Your goal: All that should come back is the lines of the data below from the one containing "v -2.565 9 46.788" to the one containing "v 14.148 0 65.529", inclusive, exactly as they stand.

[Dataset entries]
------------------------

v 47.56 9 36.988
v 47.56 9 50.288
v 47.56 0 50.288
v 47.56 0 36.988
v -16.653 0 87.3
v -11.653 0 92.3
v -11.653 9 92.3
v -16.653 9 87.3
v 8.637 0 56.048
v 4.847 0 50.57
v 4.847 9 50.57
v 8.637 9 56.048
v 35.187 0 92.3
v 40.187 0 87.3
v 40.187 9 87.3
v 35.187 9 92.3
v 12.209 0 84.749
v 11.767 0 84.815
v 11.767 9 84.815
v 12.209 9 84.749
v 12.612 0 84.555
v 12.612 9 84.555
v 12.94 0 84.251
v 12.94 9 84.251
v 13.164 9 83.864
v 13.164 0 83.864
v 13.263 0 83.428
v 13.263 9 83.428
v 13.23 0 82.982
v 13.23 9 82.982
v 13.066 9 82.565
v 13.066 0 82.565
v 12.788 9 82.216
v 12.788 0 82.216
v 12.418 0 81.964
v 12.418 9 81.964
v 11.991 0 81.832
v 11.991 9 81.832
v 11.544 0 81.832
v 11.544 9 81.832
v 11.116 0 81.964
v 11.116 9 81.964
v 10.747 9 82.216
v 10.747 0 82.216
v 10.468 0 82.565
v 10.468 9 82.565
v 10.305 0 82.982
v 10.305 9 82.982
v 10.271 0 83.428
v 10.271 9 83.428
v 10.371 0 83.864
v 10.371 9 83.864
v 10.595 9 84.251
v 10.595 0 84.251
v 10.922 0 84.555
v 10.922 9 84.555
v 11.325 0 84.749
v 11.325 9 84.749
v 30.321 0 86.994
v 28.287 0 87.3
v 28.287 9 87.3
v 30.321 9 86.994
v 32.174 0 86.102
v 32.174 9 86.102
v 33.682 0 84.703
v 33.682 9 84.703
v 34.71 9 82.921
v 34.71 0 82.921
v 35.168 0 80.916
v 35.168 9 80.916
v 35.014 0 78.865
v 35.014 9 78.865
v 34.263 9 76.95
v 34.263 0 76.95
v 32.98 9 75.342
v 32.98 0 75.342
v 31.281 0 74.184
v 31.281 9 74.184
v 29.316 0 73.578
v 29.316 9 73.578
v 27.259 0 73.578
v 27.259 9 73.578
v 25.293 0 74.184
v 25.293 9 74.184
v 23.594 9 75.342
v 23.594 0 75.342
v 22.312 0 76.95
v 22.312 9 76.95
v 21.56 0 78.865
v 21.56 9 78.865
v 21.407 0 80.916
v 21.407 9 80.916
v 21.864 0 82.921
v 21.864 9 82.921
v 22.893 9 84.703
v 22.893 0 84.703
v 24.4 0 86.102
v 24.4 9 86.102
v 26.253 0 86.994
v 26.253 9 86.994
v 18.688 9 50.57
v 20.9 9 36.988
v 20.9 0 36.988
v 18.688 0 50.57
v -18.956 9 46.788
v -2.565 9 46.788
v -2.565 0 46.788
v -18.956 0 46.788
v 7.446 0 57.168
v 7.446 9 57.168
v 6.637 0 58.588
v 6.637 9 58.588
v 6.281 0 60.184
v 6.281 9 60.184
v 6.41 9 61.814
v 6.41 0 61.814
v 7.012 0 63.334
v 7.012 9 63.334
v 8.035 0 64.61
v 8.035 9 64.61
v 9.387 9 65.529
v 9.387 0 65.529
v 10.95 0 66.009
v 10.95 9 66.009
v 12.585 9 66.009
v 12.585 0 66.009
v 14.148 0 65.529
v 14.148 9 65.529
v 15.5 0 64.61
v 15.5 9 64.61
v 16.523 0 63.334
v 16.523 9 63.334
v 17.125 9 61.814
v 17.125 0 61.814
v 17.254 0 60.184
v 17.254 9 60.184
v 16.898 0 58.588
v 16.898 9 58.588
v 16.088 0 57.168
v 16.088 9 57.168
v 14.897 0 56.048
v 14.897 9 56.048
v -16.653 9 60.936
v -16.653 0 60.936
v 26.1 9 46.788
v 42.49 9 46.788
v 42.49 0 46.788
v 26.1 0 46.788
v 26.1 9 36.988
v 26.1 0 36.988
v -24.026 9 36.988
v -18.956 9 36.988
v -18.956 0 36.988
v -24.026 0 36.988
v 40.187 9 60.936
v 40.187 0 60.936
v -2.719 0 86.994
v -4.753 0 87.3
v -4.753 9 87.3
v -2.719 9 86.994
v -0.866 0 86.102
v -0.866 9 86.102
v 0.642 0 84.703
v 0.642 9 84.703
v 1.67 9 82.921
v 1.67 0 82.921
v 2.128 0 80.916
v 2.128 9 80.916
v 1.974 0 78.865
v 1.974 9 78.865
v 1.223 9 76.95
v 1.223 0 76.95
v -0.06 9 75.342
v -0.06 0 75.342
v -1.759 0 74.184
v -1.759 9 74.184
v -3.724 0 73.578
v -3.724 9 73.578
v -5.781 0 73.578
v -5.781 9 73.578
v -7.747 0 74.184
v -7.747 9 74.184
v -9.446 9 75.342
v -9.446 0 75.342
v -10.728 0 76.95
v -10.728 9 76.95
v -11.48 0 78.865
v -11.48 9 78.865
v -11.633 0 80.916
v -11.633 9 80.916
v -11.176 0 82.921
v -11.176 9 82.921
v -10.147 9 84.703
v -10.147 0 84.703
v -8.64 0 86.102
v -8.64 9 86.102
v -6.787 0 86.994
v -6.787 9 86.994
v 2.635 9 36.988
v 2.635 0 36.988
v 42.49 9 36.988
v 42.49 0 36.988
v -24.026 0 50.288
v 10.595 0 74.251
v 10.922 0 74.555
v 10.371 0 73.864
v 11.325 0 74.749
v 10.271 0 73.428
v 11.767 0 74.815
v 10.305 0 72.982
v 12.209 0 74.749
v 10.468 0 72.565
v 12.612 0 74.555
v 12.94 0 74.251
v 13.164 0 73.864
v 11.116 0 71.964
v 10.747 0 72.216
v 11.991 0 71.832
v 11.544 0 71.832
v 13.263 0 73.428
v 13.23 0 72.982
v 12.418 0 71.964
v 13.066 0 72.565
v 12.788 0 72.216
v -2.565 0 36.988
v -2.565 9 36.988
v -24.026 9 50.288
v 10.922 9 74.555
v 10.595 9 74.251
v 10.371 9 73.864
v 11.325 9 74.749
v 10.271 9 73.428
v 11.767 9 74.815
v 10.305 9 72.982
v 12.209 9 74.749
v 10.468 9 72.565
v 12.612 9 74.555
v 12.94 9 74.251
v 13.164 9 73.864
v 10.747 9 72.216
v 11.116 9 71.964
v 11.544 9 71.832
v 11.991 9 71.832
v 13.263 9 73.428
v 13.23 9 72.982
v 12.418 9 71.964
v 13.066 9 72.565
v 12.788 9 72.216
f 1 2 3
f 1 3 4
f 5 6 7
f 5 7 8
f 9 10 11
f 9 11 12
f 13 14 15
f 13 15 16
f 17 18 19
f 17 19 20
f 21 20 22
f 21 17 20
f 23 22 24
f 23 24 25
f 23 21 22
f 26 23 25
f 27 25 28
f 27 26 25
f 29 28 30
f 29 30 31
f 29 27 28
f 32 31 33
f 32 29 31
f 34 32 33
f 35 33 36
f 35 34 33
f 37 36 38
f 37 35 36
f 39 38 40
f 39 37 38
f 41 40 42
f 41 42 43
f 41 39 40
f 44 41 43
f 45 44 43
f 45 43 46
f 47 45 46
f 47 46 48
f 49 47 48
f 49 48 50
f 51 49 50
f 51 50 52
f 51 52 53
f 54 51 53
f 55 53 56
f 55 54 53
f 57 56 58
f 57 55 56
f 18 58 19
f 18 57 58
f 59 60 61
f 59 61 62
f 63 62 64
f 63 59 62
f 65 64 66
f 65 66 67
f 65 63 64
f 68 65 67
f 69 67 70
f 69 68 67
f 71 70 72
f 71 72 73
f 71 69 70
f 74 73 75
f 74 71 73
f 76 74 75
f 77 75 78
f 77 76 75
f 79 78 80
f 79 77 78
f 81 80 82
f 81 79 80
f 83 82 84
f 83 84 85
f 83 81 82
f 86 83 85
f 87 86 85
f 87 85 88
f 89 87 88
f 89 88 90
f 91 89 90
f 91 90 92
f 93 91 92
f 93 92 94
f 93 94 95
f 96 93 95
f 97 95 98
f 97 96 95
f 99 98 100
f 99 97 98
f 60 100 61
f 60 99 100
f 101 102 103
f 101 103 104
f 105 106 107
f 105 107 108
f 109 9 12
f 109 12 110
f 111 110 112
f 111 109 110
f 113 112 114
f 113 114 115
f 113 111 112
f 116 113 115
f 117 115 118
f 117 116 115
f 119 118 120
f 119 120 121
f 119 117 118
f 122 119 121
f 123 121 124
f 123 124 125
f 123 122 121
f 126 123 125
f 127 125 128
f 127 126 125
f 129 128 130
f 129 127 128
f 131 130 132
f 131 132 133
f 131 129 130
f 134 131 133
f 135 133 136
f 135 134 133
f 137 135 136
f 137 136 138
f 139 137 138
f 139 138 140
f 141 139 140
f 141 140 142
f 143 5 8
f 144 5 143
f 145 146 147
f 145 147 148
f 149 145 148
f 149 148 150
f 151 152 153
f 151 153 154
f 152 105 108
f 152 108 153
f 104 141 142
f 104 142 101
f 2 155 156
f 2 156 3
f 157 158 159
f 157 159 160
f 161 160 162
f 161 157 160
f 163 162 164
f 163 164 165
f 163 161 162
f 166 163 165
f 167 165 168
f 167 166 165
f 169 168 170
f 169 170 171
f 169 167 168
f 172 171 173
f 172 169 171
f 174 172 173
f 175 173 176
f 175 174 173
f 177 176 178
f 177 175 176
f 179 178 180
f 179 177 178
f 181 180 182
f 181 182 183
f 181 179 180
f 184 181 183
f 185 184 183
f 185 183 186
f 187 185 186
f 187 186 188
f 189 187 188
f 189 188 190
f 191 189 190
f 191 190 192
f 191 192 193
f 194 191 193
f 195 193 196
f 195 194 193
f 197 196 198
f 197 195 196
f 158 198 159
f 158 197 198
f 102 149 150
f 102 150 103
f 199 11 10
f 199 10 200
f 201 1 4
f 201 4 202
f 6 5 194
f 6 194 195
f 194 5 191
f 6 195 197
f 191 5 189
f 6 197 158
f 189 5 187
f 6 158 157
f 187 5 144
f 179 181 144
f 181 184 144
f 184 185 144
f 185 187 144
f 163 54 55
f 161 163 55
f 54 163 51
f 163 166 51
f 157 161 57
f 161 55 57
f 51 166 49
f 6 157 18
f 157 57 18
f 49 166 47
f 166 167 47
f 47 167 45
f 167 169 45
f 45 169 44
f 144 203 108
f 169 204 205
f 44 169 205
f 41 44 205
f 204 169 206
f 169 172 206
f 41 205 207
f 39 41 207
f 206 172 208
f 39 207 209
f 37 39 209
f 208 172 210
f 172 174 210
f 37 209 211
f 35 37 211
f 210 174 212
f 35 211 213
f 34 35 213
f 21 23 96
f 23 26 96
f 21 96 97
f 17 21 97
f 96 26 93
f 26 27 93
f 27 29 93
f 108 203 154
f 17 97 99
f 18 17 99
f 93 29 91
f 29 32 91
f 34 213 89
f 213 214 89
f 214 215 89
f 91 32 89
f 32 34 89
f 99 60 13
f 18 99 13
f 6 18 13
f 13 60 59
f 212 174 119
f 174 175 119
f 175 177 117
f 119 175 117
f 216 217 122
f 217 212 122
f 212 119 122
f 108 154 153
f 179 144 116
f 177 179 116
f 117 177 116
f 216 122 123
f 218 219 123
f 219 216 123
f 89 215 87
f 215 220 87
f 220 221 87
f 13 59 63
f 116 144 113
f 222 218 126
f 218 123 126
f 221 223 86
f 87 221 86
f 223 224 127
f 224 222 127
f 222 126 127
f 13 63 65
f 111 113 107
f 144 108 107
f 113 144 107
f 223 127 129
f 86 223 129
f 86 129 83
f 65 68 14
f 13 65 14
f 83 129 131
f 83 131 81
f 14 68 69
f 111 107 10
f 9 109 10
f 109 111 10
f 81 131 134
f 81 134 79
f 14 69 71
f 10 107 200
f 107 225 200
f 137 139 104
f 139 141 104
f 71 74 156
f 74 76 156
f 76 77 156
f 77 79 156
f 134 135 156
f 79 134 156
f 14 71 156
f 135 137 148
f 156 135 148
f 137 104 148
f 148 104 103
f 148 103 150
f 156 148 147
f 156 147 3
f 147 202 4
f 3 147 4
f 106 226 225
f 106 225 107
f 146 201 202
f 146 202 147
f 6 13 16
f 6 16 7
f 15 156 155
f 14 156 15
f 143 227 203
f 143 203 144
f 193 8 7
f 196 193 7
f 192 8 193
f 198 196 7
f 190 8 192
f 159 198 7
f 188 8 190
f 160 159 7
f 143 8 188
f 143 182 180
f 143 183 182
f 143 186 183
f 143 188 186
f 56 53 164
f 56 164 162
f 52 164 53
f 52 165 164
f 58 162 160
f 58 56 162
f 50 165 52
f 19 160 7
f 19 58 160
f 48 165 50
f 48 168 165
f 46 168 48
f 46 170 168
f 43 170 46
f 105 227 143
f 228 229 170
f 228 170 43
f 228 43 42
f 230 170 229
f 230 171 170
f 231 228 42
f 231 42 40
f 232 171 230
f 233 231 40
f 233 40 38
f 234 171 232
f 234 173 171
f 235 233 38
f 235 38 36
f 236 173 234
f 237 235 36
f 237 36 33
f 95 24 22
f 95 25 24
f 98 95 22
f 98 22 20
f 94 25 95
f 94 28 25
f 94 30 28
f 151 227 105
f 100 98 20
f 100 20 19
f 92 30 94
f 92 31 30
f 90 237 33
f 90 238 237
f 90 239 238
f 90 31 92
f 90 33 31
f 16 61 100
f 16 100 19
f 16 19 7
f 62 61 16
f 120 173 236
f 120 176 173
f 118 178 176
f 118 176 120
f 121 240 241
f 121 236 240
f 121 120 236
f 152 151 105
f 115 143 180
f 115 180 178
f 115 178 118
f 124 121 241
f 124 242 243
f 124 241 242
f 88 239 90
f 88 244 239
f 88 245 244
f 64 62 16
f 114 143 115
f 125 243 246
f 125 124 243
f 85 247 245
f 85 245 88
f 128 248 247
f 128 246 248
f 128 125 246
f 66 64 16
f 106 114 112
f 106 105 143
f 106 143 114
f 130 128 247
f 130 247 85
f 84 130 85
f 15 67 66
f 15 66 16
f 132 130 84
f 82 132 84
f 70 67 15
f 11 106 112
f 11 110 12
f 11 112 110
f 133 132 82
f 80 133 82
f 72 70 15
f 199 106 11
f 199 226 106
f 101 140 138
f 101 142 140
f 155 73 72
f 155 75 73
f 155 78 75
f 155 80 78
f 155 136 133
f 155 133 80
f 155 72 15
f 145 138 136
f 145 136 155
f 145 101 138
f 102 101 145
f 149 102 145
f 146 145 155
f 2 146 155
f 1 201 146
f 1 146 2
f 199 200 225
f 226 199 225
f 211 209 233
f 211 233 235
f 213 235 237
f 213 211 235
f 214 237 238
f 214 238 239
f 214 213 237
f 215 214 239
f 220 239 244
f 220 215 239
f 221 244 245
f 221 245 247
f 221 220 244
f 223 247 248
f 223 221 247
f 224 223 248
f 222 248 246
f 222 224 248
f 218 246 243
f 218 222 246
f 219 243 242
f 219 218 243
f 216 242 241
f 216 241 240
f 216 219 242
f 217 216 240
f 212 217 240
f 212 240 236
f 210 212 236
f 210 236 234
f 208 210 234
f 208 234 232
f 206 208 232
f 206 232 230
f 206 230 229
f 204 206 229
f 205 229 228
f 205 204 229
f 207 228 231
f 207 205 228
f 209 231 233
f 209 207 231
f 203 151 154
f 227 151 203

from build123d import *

# Parameters (mm, degrees)
SKETCH1_R           = 1.5
SKETCH1_R_2         = 6.9
BOSS_EXTRUDE1_DEPTH = 9
BOSS_EXTRUDE2_DEPTH = 9


with BuildPart() as part:
    # Sketch1 → Boss-Extrude1 (new body)
    with BuildSketch(Plane(origin=(0, 0, 0), x_dir=(1, 0, 0), z_dir=(0, 1, 0))):
        with BuildLine():
            Line((-11.652723828, -50.570490945), (4.846773171, -50.570490945))
            Line((4.846773171, -50.570490945), (8.637408256, -56.047889168))
            ThreePointArc((8.637408256, -56.047889168), (11.767276172, -66.070490945), (14.897144088, -56.047889168))
            Line((14.897144088, -56.047889168), (18.687779173, -50.570490945))
            Line((18.687779173, -50.570490945), (35.187276172, -50.570490945))
            Line((35.187276172, -50.570490945), (40.187276172, -55.570490945))
            Line((40.187276172, -55.570490945), (40.187276172, -87.300490945))
            Line((40.187276172, -87.300490945), (35.187276172, -92.300490945))
            Line((35.187276172, -92.300490945), (-11.652723828, -92.300490945))
            Line((-11.652723828, -92.300490945), (-16.652723828, -87.300490945))
            Line((-16.652723828, -87.300490945), (-16.652723828, -55.570490945))
            Line((-16.652723828, -55.570490945), (-11.652723828, -50.570490945))
        make_face()
        with Locations(Location((11.767276172, -73.315490945, 0), (0, 0, 270))):
            Circle(SKETCH1_R, mode=Mode.SUBTRACT)
        with Locations(Location((11.767276172, -83.315490945, 0), (0, 0, 270))):
            Circle(SKETCH1_R, mode=Mode.SUBTRACT)
        with Locations(Location((-4.752723828, -80.400490945, 0), (0, 0, 270))):
            Circle(SKETCH1_R_2, mode=Mode.SUBTRACT)
        with Locations(Location((28.287276172, -80.400490945, 0), (0, 0, 270))):
            Circle(SKETCH1_R_2, mode=Mode.SUBTRACT)
    extrude(amount=BOSS_EXTRUDE1_DEPTH)

    # Sketch2 → Boss-Extrude2 (add)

------------------------

Solution to this exercise:
v -2.565 9 46.788
v -2.565 0 46.788
v -18.956 0 46.788
v 7.446 0 57.168
v 7.446 9 57.168
v 6.637 0 58.588
v 6.637 9 58.588
v 6.281 0 60.184
v 6.281 9 60.184
v 6.41 9 61.814
v 6.41 0 61.814
v 7.012 0 63.334
v 7.012 9 63.334
v 8.035 0 64.61
v 8.035 9 64.61
v 9.387 9 65.529
v 9.387 0 65.529
v 10.95 0 66.009
v 10.95 9 66.009
v 12.585 9 66.009
v 12.585 0 66.009
v 14.148 0 65.529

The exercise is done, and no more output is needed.